- [EXERCISE GOAL] Retype every record that follows, character for character.

- [DATA FOR ANALYSIS]
# # #

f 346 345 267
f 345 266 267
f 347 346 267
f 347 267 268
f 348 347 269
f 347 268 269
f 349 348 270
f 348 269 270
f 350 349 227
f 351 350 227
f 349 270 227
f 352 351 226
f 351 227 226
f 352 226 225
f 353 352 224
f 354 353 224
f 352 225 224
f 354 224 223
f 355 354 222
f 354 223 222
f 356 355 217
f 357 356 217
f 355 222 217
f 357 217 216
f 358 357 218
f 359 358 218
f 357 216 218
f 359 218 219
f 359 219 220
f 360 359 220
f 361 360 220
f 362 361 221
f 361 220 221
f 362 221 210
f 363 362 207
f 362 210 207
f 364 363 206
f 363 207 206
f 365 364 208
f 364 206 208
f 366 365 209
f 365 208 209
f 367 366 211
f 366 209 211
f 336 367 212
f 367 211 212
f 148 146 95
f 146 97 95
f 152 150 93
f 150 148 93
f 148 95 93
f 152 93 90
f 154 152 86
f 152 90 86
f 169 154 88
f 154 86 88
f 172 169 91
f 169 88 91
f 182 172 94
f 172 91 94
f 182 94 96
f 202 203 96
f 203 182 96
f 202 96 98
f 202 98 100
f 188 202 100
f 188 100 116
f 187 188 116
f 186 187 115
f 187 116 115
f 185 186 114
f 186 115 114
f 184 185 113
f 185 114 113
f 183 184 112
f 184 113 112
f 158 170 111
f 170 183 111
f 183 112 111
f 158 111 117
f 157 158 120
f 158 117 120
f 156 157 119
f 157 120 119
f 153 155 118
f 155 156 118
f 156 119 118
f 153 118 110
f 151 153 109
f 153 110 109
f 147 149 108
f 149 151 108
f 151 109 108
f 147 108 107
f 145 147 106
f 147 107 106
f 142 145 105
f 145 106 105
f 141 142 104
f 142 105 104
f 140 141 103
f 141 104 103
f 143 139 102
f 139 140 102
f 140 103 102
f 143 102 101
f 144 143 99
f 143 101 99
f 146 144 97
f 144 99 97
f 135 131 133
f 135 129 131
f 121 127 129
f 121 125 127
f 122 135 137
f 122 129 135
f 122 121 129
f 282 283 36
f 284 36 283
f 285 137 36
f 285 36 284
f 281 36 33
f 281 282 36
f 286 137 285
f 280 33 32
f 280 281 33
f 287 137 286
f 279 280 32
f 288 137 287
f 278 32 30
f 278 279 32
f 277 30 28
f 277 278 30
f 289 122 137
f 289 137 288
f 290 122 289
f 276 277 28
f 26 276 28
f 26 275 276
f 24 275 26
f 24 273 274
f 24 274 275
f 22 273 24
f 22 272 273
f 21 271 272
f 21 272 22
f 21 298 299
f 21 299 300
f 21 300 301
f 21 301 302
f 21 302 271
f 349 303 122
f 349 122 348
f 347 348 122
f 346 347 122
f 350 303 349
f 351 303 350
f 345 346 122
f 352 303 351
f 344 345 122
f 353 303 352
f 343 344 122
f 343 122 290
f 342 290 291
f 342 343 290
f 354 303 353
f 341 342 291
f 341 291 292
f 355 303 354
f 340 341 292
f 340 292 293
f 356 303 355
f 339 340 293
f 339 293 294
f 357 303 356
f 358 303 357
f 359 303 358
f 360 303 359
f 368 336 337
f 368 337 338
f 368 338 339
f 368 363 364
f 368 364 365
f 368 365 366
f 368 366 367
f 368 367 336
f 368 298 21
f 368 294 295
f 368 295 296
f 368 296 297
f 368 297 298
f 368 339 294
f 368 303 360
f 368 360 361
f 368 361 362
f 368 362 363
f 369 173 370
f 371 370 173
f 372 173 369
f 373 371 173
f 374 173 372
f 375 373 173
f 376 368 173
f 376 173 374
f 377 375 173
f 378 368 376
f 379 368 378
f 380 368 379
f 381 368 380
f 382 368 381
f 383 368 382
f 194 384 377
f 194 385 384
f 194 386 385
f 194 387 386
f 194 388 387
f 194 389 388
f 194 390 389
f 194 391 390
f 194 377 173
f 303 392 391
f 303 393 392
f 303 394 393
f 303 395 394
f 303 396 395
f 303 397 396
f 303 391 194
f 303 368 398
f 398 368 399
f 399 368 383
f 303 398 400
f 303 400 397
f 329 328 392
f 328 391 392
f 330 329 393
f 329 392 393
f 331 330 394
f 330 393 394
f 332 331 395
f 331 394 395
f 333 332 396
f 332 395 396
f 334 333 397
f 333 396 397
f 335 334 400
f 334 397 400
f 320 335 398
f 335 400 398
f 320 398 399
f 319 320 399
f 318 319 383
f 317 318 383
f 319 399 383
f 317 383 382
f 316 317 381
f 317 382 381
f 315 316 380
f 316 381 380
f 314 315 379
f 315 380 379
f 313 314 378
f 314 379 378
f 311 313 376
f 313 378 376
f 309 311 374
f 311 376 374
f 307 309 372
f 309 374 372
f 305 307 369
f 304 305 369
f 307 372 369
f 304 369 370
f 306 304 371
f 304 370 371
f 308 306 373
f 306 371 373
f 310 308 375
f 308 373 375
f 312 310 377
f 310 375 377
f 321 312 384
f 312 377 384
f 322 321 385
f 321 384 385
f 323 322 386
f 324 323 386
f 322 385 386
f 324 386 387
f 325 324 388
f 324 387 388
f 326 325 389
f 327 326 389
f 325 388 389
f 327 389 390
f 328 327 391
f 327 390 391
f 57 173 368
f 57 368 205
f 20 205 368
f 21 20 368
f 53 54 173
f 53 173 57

# # #

- [RESPONSE BELOW]
f 346 345 267
f 345 266 267
f 347 346 267
f 347 267 268
f 348 347 269
f 347 268 269
f 349 348 270
f 348 269 270
f 350 349 227
f 351 350 227
f 349 270 227
f 352 351 226
f 351 227 226
f 352 226 225
f 353 352 224
f 354 353 224
f 352 225 224
f 354 224 223
f 355 354 222
f 354 223 222
f 356 355 217
f 357 356 217
f 355 222 217
f 357 217 216
f 358 357 218
f 359 358 218
f 357 216 218
f 359 218 219
f 359 219 220
f 360 359 220
f 361 360 220
f 362 361 221
f 361 220 221
f 362 221 210
f 363 362 207
f 362 210 207
f 364 363 206
f 363 207 206
f 365 364 208
f 364 206 208
f 366 365 209
f 365 208 209
f 367 366 211
f 366 209 211
f 336 367 212
f 367 211 212
f 148 146 95
f 146 97 95
f 152 150 93
f 150 148 93
f 148 95 93
f 152 93 90
f 154 152 86
f 152 90 86
f 169 154 88
f 154 86 88
f 172 169 91
f 169 88 91
f 182 172 94
f 172 91 94
f 182 94 96
f 202 203 96
f 203 182 96
f 202 96 98
f 202 98 100
f 188 202 100
f 188 100 116
f 187 188 116
f 186 187 115
f 187 116 115
f 185 186 114
f 186 115 114
f 184 185 113
f 185 114 113
f 183 184 112
f 184 113 112
f 158 170 111
f 170 183 111
f 183 112 111
f 158 111 117
f 157 158 120
f 158 117 120
f 156 157 119
f 157 120 119
f 153 155 118
f 155 156 118
f 156 119 118
f 153 118 110
f 151 153 109
f 153 110 109
f 147 149 108
f 149 151 108
f 151 109 108
f 147 108 107
f 145 147 106
f 147 107 106
f 142 145 105
f 145 106 105
f 141 142 104
f 142 105 104
f 140 141 103
f 141 104 103
f 143 139 102
f 139 140 102
f 140 103 102
f 143 102 101
f 144 143 99
f 143 101 99
f 146 144 97
f 144 99 97
f 135 131 133
f 135 129 131
f 121 127 129
f 121 125 127
f 122 135 137
f 122 129 135
f 122 121 129
f 282 283 36
f 284 36 283
f 285 137 36
f 285 36 284
f 281 36 33
f 281 282 36
f 286 137 285
f 280 33 32
f 280 281 33
f 287 137 286
f 279 280 32
f 288 137 287
f 278 32 30
f 278 279 32
f 277 30 28
f 277 278 30
f 289 122 137
f 289 137 288
f 290 122 289
f 276 277 28
f 26 276 28
f 26 275 276
f 24 275 26
f 24 273 274
f 24 274 275
f 22 273 24
f 22 272 273
f 21 271 272
f 21 272 22
f 21 298 299
f 21 299 300
f 21 300 301
f 21 301 302
f 21 302 271
f 349 303 122
f 349 122 348
f 347 348 122
f 346 347 122
f 350 303 349
f 351 303 350
f 345 346 122
f 352 303 351
f 344 345 122
f 353 303 352
f 343 344 122
f 343 122 290
f 342 290 291
f 342 343 290
f 354 303 353
f 341 342 291
f 341 291 292
f 355 303 354
f 340 341 292
f 340 292 293
f 356 303 355
f 339 340 293
f 339 293 294
f 357 303 356
f 358 303 357
f 359 303 358
f 360 303 359
f 368 336 337
f 368 337 338
f 368 338 339
f 368 363 364
f 368 364 365
f 368 365 366
f 368 366 367
f 368 367 336
f 368 298 21
f 368 294 295
f 368 295 296
f 368 296 297
f 368 297 298
f 368 339 294
f 368 303 360
f 368 360 361
f 368 361 362
f 368 362 363
f 369 173 370
f 371 370 173
f 372 173 369
f 373 371 173
f 374 173 372
f 375 373 173
f 376 368 173
f 376 173 374
f 377 375 173
f 378 368 376
f 379 368 378
f 380 368 379
f 381 368 380
f 382 368 381
f 383 368 382
f 194 384 377
f 194 385 384
f 194 386 385
f 194 387 386
f 194 388 387
f 194 389 388
f 194 390 389
f 194 391 390
f 194 377 173
f 303 392 391
f 303 393 392
f 303 394 393
f 303 395 394
f 303 396 395
f 303 397 396
f 303 391 194
f 303 368 398
f 398 368 399
f 399 368 383
f 303 398 400
f 303 400 397
f 329 328 392
f 328 391 392
f 330 329 393
f 329 392 393
f 331 330 394
f 330 393 394
f 332 331 395
f 331 394 395
f 333 332 396
f 332 395 396
f 334 333 397
f 333 396 397
f 335 334 400
f 334 397 400
f 320 335 398
f 335 400 398
f 320 398 399
f 319 320 399
f 318 319 383
f 317 318 383
f 319 399 383
f 317 383 382
f 316 317 381
f 317 382 381
f 315 316 380
f 316 381 380
f 314 315 379
f 315 380 379
f 313 314 378
f 314 379 378
f 311 313 376
f 313 378 376
f 309 311 374
f 311 376 374
f 307 309 372
f 309 374 372
f 305 307 369
f 304 305 369
f 307 372 369
f 304 369 370
f 306 304 371
f 304 370 371
f 308 306 373
f 306 371 373
f 310 308 375
f 308 373 375
f 312 310 377
f 310 375 377
f 321 312 384
f 312 377 384
f 322 321 385
f 321 384 385
f 323 322 386
f 324 323 386
f 322 385 386
f 324 386 387
f 325 324 388
f 324 387 388
f 326 325 389
f 327 326 389
f 325 388 389
f 327 389 390
f 328 327 391
f 327 390 391
f 57 173 368
f 57 368 205
f 20 205 368
f 21 20 368
f 53 54 173
f 53 173 57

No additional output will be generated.